▸ EXERCISE REQUIREMENTS
Among the lines below, copy exactly those from the one with "f 251 247 250" through the one with "f 103 217 95", counting both ends.
______
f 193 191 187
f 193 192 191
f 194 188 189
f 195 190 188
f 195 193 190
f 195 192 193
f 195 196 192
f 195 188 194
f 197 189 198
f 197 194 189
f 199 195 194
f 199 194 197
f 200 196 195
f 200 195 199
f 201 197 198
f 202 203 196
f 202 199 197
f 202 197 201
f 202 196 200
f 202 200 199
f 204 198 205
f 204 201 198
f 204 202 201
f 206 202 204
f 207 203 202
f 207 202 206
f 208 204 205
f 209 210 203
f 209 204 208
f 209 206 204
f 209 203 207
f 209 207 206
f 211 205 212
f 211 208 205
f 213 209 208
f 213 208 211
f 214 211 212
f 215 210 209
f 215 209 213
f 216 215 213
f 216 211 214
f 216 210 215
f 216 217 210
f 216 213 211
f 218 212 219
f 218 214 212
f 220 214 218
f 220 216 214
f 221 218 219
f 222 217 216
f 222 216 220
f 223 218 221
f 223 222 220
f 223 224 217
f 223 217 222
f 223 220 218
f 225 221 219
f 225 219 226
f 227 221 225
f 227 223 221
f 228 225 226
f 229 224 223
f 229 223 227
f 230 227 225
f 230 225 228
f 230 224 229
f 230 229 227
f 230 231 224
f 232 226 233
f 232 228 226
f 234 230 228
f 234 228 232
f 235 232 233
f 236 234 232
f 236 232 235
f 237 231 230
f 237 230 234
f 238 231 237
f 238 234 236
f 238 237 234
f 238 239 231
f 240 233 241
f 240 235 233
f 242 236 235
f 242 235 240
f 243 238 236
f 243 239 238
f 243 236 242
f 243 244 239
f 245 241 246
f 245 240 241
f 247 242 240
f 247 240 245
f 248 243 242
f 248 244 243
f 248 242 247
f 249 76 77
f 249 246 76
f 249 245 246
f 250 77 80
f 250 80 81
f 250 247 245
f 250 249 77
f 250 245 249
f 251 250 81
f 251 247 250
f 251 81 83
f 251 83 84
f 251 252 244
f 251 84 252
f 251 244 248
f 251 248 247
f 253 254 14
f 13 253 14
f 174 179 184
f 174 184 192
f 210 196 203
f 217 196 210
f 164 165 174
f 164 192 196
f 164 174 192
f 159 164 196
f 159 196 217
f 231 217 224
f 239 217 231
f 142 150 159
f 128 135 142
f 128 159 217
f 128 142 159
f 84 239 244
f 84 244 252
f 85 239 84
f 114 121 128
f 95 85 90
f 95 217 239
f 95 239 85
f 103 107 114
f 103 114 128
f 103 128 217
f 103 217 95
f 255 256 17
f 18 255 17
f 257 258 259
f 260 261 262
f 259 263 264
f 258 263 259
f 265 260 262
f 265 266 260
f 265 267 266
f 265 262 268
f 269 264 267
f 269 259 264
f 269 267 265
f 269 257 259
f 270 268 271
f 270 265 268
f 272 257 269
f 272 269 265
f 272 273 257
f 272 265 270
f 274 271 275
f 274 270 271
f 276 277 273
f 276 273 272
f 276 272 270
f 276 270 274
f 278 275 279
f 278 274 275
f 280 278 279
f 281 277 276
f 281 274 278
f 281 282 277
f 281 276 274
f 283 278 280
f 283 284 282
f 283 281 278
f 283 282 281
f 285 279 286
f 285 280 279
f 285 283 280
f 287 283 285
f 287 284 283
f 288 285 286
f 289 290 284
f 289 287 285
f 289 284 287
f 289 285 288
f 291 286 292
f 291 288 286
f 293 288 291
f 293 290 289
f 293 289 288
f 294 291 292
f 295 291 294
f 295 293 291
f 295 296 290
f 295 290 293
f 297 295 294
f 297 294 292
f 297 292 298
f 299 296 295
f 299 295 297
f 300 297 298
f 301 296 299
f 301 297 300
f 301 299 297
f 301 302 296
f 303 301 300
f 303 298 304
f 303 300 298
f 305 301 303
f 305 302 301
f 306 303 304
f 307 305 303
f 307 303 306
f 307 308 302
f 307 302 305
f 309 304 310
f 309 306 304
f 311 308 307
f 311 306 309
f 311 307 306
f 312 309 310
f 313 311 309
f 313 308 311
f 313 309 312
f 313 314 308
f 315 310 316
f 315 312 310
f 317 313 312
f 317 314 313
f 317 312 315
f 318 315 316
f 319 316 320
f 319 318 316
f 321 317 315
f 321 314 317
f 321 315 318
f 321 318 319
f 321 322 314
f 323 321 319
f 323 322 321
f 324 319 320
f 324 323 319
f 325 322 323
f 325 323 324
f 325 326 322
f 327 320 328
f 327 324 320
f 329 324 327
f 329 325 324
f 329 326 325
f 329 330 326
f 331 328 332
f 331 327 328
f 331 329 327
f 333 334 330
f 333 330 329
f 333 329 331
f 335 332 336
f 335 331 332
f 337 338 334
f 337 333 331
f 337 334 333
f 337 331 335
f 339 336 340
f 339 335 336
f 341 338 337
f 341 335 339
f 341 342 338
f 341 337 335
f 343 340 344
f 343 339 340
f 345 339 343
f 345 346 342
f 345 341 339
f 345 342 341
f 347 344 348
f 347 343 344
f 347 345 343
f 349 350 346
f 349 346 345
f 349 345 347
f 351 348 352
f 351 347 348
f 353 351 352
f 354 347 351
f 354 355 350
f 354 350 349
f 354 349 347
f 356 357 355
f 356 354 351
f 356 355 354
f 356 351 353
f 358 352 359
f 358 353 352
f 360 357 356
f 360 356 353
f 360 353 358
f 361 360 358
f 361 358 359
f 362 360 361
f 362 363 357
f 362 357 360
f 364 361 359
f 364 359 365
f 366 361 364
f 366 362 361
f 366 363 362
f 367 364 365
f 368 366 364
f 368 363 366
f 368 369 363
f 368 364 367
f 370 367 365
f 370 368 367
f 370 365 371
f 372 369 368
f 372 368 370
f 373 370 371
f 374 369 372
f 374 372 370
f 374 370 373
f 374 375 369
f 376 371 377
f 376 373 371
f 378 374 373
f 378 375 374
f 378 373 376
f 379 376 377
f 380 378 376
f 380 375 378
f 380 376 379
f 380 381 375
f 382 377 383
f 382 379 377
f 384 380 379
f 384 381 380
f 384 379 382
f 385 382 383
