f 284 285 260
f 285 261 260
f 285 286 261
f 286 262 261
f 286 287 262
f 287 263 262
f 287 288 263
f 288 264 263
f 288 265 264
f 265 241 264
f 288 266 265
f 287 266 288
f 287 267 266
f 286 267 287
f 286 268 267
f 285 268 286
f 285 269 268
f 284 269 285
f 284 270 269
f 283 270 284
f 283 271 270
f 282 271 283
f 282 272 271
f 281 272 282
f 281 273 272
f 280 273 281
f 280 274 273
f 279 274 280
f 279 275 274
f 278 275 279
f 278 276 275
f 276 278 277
______
▸ ANSWER TO THE EXERCISE
f 251 247 250
f 251 81 83
f 251 83 84
f 251 252 244
f 251 84 252
f 251 244 248
f 251 248 247
f 253 254 14
f 13 253 14
f 174 179 184
f 174 184 192
f 210 196 203
f 217 196 210
f 164 165 174
f 164 192 196
f 164 174 192
f 159 164 196
f 159 196 217
f 231 217 224
f 239 217 231
f 142 150 159
f 128 135 142
f 128 159 217
f 128 142 159
f 84 239 244
f 84 244 252
f 85 239 84
f 114 121 128
f 95 85 90
f 95 217 239
f 95 239 85
f 103 107 114
f 103 114 128
f 103 128 217
f 103 217 95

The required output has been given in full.